(EXCERPTED DATA begins)
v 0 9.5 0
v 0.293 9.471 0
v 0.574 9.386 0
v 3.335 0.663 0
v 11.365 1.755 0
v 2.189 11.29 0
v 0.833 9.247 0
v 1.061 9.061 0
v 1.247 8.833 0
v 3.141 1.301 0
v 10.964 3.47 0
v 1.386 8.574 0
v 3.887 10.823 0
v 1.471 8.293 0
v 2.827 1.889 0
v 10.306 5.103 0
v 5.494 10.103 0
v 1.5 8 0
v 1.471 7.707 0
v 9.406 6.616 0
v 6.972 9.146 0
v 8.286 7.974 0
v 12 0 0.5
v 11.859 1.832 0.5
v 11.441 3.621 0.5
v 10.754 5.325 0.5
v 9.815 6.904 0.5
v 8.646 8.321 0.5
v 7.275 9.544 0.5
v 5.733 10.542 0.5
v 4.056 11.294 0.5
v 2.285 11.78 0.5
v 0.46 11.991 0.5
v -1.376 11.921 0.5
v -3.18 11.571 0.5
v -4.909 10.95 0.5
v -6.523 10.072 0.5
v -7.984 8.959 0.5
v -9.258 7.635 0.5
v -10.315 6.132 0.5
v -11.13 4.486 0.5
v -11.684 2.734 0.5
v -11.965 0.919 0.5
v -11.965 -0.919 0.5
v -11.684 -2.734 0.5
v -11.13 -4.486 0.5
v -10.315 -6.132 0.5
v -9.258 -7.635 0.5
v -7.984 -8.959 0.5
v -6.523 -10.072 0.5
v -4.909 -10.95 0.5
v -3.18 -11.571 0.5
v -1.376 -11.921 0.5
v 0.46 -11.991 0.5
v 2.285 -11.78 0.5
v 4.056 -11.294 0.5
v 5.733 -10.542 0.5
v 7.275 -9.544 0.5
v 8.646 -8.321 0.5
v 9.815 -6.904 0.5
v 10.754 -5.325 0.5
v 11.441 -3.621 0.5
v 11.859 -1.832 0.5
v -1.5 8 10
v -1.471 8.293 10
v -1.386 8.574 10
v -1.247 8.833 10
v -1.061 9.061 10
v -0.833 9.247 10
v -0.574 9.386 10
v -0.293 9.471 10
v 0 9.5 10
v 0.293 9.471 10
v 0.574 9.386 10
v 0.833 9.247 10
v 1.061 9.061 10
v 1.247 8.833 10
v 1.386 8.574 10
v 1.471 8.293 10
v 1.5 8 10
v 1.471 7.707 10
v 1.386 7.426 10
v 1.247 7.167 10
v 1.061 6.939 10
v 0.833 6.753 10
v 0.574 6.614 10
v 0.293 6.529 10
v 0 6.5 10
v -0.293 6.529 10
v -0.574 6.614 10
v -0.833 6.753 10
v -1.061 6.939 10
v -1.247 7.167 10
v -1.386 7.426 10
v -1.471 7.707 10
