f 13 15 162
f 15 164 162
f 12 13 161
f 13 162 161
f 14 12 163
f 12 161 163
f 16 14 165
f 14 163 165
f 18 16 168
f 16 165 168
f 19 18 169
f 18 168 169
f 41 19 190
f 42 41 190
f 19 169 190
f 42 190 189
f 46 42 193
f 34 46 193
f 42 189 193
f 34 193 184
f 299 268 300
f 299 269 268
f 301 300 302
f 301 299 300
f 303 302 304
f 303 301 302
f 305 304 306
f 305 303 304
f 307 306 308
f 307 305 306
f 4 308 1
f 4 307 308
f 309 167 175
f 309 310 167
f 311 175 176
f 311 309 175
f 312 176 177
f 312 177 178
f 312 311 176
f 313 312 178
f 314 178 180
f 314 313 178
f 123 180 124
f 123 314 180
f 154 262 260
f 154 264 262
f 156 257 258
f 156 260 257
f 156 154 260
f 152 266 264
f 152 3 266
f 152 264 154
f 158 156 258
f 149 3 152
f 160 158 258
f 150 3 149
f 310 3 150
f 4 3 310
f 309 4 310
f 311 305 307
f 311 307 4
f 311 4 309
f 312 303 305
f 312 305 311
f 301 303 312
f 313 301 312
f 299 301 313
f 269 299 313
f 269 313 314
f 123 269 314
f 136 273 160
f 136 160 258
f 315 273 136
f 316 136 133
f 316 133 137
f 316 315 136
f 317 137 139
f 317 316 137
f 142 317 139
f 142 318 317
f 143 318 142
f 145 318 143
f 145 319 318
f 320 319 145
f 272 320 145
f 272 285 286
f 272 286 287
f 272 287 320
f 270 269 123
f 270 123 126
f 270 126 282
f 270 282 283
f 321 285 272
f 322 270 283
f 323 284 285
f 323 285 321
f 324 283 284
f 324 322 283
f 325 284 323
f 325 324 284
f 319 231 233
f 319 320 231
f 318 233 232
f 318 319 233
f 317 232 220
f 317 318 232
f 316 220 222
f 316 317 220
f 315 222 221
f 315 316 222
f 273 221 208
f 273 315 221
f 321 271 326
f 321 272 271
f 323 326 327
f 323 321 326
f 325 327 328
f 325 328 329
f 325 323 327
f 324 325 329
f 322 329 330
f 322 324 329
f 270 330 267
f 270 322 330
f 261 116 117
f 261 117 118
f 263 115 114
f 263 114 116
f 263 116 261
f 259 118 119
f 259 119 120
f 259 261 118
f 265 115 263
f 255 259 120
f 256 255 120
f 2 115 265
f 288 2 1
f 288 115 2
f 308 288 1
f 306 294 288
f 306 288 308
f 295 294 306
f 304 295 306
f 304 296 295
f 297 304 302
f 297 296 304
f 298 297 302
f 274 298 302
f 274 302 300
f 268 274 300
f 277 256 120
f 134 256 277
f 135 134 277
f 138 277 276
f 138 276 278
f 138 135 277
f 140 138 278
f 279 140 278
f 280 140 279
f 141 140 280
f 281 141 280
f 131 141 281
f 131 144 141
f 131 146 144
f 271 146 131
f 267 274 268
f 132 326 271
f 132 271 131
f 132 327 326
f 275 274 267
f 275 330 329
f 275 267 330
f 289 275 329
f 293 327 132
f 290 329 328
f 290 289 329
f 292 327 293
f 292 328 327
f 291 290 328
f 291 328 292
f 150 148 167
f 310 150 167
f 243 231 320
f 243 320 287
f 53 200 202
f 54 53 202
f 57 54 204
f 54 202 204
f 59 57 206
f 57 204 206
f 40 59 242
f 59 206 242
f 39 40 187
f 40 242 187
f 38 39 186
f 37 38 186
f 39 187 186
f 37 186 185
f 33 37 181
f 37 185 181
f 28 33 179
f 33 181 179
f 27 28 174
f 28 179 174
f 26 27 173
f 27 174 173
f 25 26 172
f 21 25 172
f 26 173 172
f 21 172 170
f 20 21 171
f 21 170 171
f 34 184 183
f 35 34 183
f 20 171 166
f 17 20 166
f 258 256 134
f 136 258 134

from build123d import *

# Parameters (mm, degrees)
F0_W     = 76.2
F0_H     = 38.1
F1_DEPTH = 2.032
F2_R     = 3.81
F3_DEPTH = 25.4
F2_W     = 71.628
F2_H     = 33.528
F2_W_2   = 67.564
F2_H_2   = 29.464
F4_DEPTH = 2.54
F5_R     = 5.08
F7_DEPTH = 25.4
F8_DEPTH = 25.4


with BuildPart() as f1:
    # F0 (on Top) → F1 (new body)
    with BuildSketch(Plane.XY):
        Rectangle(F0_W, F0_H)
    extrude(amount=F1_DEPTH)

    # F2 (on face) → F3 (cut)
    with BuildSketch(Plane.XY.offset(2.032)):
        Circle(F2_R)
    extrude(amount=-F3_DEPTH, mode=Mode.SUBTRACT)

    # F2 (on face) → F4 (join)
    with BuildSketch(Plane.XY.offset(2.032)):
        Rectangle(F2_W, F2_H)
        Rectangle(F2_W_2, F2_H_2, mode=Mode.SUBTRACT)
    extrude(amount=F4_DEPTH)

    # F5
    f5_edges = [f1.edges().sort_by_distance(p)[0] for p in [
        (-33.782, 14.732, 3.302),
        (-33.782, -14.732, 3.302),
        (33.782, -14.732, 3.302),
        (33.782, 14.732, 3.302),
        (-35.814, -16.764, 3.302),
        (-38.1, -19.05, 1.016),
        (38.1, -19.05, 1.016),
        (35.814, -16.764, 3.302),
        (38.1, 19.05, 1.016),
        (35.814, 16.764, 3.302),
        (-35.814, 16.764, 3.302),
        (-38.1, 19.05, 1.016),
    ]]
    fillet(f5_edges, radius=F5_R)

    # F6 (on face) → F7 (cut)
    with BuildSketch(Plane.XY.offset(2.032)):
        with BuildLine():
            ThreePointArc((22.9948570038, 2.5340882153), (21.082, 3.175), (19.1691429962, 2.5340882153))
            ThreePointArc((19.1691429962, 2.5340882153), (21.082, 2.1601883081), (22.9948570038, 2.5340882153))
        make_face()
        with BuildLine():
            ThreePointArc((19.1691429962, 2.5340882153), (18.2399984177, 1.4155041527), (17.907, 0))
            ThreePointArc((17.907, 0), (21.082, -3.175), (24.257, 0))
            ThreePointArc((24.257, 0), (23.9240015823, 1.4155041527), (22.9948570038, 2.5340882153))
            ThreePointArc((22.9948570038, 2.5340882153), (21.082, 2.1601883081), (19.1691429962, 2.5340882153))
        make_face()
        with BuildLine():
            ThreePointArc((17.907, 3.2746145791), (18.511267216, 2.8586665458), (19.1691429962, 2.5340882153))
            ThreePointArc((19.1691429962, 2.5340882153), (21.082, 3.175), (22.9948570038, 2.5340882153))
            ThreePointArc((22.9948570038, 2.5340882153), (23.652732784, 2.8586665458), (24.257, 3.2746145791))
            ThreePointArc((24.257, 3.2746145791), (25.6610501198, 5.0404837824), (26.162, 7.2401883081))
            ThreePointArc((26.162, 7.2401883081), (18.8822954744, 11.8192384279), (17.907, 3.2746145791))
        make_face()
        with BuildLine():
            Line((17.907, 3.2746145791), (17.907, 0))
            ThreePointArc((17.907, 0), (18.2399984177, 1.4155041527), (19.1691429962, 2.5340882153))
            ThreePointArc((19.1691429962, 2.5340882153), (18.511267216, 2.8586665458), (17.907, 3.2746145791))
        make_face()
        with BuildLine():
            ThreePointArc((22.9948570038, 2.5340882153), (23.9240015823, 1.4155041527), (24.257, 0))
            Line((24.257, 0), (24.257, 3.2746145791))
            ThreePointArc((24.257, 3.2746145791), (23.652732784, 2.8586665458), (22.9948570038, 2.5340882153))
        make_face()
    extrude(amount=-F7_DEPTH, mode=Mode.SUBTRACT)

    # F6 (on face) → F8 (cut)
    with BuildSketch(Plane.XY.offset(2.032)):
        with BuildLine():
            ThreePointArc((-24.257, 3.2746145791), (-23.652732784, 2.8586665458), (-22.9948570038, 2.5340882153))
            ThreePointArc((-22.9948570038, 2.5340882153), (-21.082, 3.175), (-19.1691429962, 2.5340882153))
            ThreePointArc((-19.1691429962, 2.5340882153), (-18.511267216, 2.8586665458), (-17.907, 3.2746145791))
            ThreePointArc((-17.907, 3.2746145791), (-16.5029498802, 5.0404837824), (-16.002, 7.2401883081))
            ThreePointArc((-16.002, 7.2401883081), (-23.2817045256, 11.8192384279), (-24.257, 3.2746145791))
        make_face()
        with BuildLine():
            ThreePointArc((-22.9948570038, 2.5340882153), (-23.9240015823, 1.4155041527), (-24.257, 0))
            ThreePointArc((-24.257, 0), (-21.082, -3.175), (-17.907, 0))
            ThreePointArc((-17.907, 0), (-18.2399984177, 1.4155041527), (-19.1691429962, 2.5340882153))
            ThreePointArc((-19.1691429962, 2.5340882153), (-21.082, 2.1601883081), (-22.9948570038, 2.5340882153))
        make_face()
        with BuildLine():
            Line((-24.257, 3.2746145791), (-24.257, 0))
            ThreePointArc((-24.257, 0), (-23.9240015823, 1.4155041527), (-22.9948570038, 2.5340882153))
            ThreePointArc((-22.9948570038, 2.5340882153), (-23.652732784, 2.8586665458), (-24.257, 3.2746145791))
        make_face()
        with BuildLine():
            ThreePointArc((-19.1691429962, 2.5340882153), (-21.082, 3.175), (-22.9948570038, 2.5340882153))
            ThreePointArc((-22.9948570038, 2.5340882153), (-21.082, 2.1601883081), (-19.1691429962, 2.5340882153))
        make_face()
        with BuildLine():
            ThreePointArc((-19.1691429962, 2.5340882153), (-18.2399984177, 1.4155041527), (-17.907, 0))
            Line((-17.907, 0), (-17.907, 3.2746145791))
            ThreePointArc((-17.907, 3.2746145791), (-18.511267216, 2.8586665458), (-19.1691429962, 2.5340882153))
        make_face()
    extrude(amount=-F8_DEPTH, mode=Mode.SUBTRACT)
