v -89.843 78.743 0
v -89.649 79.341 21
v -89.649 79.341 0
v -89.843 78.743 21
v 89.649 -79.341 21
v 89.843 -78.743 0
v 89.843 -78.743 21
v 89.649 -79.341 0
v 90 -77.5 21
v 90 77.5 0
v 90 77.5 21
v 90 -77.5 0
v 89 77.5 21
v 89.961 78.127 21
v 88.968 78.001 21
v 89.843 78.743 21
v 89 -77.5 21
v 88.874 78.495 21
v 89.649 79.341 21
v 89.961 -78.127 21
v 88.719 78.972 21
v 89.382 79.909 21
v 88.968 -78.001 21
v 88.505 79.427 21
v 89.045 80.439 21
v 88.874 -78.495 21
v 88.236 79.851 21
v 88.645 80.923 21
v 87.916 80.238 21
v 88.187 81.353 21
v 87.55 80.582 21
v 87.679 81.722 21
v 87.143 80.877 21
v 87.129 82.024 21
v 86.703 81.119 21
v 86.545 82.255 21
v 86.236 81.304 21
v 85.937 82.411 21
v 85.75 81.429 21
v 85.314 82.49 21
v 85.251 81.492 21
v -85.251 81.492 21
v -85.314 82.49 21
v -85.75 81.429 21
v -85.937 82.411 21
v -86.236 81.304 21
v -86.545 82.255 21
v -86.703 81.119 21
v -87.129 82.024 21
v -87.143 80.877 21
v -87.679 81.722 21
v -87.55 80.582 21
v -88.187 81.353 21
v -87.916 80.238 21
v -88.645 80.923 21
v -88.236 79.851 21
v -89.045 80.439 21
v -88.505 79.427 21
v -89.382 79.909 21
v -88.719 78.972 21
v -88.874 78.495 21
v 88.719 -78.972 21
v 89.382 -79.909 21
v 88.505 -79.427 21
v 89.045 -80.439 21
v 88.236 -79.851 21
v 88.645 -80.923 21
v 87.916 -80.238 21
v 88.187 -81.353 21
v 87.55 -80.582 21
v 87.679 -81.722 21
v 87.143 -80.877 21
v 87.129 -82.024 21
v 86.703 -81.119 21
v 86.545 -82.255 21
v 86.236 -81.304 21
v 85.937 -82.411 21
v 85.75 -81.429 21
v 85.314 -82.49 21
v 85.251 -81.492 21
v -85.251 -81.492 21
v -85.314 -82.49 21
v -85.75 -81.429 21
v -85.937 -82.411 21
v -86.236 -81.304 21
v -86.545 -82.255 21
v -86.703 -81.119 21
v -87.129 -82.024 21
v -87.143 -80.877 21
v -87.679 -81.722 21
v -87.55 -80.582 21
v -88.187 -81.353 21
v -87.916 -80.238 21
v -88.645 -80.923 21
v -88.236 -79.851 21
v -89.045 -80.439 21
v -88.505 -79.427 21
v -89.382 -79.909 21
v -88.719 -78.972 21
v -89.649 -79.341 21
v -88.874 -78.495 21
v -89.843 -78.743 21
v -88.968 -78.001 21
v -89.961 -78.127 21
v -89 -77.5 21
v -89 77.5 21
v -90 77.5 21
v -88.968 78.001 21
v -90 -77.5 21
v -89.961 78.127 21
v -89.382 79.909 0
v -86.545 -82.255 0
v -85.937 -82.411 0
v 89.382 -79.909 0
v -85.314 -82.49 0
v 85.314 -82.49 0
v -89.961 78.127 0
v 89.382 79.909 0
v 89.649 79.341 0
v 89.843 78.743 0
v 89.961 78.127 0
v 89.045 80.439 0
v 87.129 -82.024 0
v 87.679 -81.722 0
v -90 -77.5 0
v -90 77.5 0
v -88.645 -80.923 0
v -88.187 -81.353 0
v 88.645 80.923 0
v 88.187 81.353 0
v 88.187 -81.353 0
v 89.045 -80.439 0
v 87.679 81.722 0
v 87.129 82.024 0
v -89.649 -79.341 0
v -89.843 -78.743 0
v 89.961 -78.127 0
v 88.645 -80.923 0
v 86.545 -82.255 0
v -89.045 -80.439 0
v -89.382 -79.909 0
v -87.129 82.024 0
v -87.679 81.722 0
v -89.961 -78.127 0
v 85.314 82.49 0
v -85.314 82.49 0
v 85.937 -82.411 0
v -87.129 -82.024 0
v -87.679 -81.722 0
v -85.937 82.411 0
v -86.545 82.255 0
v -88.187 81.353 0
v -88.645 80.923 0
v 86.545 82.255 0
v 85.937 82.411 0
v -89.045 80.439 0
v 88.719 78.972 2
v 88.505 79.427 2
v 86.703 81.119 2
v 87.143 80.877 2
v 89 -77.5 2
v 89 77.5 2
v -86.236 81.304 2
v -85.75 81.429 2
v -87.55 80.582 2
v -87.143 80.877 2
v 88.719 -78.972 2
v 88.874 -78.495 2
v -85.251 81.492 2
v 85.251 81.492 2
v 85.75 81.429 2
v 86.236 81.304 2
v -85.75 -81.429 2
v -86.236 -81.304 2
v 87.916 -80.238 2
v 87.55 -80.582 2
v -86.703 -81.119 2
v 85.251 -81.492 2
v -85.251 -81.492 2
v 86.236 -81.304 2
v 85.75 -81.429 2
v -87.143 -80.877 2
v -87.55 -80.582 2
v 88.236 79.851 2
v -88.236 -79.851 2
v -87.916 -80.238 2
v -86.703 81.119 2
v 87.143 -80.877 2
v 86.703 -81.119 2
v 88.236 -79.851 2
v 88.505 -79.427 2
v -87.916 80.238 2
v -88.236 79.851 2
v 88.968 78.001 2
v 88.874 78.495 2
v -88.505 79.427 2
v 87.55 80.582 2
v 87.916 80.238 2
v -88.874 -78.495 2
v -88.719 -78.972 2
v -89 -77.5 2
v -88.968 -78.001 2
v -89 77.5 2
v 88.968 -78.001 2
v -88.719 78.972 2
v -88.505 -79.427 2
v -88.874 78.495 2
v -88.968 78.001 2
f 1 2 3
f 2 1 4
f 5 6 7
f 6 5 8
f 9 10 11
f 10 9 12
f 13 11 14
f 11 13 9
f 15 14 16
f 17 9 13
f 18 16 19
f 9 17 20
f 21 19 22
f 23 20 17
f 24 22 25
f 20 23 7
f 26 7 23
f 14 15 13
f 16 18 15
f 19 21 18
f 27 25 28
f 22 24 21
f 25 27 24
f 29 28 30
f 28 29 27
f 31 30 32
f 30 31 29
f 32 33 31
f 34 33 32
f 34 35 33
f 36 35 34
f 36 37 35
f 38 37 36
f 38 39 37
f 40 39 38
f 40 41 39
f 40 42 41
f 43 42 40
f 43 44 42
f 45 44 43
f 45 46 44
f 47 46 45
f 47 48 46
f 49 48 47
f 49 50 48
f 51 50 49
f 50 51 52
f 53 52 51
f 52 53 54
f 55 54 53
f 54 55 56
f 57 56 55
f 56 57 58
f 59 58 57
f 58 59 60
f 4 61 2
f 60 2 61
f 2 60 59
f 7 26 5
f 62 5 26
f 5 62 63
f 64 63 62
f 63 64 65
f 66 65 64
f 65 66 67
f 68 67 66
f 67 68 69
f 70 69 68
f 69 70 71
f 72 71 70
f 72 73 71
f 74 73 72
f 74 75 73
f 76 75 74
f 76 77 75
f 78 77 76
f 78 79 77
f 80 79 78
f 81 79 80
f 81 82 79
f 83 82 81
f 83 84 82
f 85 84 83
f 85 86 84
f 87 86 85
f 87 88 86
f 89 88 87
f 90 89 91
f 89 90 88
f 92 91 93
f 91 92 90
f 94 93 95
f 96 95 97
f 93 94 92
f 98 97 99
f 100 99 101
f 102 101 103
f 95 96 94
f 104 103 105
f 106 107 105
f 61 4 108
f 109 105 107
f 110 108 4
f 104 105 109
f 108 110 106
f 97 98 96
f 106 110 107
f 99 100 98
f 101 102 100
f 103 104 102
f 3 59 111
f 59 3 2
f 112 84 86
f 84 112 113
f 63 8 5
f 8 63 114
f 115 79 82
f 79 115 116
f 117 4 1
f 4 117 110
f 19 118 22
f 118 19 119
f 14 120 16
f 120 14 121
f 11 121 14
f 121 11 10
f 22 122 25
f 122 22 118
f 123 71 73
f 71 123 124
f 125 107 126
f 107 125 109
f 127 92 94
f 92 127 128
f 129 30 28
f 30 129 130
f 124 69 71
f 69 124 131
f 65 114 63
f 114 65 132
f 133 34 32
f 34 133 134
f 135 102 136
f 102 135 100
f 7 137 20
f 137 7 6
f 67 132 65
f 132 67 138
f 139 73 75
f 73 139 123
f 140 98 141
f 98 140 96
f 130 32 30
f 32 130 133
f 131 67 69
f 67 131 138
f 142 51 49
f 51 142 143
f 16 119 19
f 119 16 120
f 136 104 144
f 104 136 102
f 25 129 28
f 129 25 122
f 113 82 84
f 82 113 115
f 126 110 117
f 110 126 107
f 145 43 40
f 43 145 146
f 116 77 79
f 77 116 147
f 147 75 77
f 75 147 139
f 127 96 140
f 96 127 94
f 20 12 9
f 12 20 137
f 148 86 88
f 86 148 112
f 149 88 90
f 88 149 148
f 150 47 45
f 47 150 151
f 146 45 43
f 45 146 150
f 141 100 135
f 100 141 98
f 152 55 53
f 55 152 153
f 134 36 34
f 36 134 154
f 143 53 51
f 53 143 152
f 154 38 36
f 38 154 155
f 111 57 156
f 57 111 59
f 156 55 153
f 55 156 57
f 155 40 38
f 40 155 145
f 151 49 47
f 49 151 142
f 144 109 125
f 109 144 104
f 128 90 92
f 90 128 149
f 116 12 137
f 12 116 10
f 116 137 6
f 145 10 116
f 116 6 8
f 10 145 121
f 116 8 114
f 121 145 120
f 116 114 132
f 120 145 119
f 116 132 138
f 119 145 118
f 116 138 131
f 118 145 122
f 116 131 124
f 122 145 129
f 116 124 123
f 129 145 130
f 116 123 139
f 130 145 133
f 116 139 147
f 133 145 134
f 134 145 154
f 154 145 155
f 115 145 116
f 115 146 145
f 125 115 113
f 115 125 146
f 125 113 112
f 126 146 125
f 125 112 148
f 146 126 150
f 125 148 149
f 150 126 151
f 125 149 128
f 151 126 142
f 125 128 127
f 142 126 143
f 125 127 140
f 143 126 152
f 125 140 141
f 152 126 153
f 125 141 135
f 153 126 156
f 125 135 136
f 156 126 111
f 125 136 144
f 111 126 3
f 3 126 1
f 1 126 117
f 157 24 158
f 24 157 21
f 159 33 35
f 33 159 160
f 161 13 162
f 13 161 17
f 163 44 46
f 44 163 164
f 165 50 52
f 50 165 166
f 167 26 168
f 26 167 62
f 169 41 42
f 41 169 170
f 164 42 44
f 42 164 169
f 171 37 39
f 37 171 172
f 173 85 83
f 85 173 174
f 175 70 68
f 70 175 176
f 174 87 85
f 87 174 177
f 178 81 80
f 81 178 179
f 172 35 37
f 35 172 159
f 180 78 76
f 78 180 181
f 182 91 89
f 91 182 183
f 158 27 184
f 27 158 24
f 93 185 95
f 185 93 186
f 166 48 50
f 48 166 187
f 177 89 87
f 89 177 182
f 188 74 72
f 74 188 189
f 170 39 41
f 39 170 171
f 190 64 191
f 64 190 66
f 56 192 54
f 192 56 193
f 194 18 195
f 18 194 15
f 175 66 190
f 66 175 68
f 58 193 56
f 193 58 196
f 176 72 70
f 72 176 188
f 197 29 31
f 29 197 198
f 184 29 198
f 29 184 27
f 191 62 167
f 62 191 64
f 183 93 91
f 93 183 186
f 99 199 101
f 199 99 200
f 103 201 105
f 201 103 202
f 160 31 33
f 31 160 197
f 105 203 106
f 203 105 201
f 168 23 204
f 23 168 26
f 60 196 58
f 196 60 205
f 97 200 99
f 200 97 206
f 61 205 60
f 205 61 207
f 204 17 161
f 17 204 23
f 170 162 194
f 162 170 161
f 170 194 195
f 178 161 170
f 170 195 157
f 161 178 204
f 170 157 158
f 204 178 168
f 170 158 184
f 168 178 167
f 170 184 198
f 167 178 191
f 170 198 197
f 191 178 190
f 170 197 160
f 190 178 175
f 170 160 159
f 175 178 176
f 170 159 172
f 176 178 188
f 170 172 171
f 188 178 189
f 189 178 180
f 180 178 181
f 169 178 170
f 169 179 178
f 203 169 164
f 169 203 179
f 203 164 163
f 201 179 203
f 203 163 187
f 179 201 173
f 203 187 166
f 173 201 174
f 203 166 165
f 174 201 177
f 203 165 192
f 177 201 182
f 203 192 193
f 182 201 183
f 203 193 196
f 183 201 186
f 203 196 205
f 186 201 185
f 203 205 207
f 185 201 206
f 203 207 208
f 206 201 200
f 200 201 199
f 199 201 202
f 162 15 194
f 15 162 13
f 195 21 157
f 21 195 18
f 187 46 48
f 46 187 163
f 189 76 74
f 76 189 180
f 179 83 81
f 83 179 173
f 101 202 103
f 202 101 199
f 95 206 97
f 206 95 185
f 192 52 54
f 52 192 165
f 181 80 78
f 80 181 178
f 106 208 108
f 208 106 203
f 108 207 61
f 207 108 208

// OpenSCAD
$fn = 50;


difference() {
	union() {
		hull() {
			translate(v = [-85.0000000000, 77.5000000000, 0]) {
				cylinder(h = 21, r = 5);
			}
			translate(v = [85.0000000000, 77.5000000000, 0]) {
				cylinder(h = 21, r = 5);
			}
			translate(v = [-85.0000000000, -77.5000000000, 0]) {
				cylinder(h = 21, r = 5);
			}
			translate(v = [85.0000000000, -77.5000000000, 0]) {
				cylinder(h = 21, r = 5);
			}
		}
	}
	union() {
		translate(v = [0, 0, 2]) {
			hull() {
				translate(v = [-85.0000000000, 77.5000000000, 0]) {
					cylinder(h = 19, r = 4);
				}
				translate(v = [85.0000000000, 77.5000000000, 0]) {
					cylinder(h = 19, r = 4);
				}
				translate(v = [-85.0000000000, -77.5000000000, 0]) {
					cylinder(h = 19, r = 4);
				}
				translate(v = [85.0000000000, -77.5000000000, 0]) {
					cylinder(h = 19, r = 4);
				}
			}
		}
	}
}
(EXCERPTED DATA ends)
= REQUIRED WORK =
Scan the entries above for the string "Rectangle", and copy every line where it turns up.

= TASK RESPONSE =
        Rectangle(F0_W, F0_H)
        Rectangle(F2_W, F2_H)
        Rectangle(F2_W_2, F2_H_2, mode=Mode.SUBTRACT)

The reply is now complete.